Enchiladas with green mole

Their mom, an immigrant from Mexico who left her job as a professor to come to the U.S., is credited as the brains behind El Comal. Their dad is the chef, who brought the flavors that makes the food so special. Cris says his mom, who is still involved with the restaurant, is responsible for the homey and eclectic look that is so rare in modern restaurants nowadays. Where many places strive to be worthy of Instagram photos and trends, El Comal is unapologetically quirky and unique. 

Art of Frida Kahlo adorns one bright blue wall, and keychains made by local abuelas hang by the hostess station. Cris tells me that the keychains are for sale, with a portion of the proceeds going to the battered women’s shelter. Statues of roosters and chickens can be found all over, another touch added by his mother. It truly does feel like stepping into someone’s home for a meal.

Images of Frida Kahlo can be found all over

Authentic Mexican cuisine is the name of the game for El Comal. The menu is a showcase of the diverse foods found throughout Mexico. The recipes here are based off of each region’s specialties, such as mole from Puebla and tamales from Oaxaca. Recipes like the mole were originally created by his dad and his brother and have stayed in the kitchen for years. In the last decade, Cris tells me they have had the same two chefs.

What’s better than meat and cheese?

It is not just consistency that makes El Comal exceptional. The attention to detail in everything is what makes them some of the best Mexican food in San Diego, from their well, which only consists of tequila with 100% agave, to their rice, which is cooked in a Southern Mexican style. Whereas many taco shops in the area have the iconic red rice, Cris opts for rice with garlic instead. This, Cris says, is because you have to use canned tomatoes to produce red rice at the volume that they churn out, and canned tomatoes simply don’t measure up.

100% Agave behind the bar!

Over time, El Comal has had to adjust its menu. Some of this is because of Covid, where they simply didn’t have enough demand to stock more specialty items for dishes like Liver and Onions. “We realized what our best seller was [during Covid], which was the Pozole”, Cris says. “It’s what really kept us in business”. The soups here are amazing – if you’ve never heard of Tlalpeño, then run to El Comal for a bowl. Huge pieces of tender chicken, chipotle broth, and tons of veggies and chickpeas make this the ultimate comfort food. It’s easy to see why these soups were so popular during the pandemic. 

A steaming bowl of Tlalpeño ready to come out

Cutting down the menu and making it more accessible to everyone has been a huge effort for Cris and his team.

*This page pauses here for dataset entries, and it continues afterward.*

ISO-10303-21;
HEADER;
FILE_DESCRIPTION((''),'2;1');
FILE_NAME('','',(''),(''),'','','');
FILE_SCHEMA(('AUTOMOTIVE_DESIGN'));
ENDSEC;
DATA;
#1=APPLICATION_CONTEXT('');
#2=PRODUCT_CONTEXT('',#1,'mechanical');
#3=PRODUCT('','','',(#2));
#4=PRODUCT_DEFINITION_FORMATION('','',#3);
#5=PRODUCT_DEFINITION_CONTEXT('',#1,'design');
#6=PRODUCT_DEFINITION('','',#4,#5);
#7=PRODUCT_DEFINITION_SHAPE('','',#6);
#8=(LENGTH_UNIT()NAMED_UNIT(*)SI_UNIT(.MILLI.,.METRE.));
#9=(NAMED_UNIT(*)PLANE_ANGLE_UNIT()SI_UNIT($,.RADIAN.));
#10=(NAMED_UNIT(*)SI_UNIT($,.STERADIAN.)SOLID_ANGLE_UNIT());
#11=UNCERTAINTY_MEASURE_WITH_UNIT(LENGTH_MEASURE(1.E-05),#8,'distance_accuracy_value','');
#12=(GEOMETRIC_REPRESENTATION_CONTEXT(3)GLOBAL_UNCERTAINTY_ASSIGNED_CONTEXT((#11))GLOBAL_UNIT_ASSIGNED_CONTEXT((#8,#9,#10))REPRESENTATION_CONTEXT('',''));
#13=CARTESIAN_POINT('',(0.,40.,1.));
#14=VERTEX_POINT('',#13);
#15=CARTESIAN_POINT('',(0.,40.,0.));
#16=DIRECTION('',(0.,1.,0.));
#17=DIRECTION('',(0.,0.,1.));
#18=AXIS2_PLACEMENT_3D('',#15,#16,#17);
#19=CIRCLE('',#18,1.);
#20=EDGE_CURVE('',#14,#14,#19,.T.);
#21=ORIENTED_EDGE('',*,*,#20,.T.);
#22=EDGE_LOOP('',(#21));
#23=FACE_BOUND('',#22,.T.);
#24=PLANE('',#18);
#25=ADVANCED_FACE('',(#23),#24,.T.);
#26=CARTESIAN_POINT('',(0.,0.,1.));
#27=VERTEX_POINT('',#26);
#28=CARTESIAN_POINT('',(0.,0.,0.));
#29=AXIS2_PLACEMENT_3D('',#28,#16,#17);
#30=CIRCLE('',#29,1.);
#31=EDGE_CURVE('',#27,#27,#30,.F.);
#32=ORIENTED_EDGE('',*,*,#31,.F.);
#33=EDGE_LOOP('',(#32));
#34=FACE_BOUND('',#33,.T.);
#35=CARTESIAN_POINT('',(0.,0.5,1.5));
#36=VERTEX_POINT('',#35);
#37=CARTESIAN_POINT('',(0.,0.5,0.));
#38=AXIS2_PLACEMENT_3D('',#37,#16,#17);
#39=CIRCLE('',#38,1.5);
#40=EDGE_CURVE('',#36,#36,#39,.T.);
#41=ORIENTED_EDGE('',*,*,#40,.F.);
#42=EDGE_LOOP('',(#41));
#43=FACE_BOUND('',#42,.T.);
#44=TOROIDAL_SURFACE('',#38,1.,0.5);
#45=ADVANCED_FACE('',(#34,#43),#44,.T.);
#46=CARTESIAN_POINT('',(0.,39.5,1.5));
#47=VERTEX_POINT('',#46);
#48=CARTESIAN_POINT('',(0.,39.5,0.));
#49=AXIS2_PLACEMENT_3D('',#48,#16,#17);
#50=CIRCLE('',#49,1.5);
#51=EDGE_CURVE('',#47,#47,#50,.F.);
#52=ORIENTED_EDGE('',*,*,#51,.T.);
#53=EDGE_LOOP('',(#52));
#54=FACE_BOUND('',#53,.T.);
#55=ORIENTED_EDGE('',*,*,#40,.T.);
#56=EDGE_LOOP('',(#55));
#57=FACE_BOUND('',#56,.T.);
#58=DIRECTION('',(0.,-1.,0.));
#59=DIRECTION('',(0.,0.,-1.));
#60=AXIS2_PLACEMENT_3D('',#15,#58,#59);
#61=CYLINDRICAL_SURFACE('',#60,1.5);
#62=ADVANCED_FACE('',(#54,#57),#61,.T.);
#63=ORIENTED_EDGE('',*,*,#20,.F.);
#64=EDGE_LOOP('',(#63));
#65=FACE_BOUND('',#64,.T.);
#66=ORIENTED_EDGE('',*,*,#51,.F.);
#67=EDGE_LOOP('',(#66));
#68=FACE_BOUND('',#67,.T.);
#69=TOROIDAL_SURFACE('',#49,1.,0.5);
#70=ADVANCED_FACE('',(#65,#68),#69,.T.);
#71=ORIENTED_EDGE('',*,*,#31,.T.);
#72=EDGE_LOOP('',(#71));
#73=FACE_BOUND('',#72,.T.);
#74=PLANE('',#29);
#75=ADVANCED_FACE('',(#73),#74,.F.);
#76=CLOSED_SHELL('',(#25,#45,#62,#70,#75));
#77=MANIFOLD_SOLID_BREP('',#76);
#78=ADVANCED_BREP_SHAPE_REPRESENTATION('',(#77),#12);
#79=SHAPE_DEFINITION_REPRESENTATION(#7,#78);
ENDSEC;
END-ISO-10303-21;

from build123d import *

# Parameters (mm, degrees)
SKETCH2_R           = 1.5
BOSS_EXTRUDE1_DEPTH = 40
FILLET1_R           = 0.5


with BuildPart() as part:
    # Sketch2 → Boss-Extrude1 (new body)
    with BuildSketch(Plane(origin=(0, 0, 0), x_dir=(1, 0, 0), z_dir=(0, 1, 0))):
        Circle(SKETCH2_R)
    extrude(amount=BOSS_EXTRUDE1_DEPTH)

    # Fillet1
    fillet1_edges = [part.edges().sort_by_distance(p)[0] for p in [
        (-1.5, 0, 0),
        (-1.5, 40, 0),
    ]]
    fillet(fillet1_edges, radius=FILLET1_R)


solid = part.part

More vegetarian dishes and a push to be more health conscious has been important for El Comal to make strides, Cris says. It may be tough to convince his mom at times, and it isn’t always a fast process, but the restaurant continues to move forward and grow with the neighborhood. This includes making the food at El Comal more accessible for everyone’s diet.

When I asked what he wants to share with future customers, Cris said “just give us a chance”. It is clear that the staff at El Comal cares deeply about the quality of their food as well as the happiness of their clientele. “I am very very passionate about food and customers…this is exactly what I love to do”, says Cris. Over the years, he and his brother have built trust to the point where they are free to experiment with the menu and keep it exciting and fresh for everyone. Dishes like their Marlin Tacos, Surf and Turf, and their new Octopus Tacos all came about from getting creative and developing new ideas based on knowing what their clientele loves. 

A vegetarian Sope

The longevity of El Comal speaks for itself. 23 years overall and 13 in an ever-changing North Park neighborhood is no small feat, especially considering two of those years were in some of the hardest times for restaurants in recent memory. Cris stressed that the team at El Comal has been dedicated to keeping on creating new and delicious foods while including as many people and diets as possible. The whole kitchen takes incredible pride in the dishes they churn out daily and the quality of the food reflects that. If you’re looking for truly authentic Mexican food in San Diego, look no further.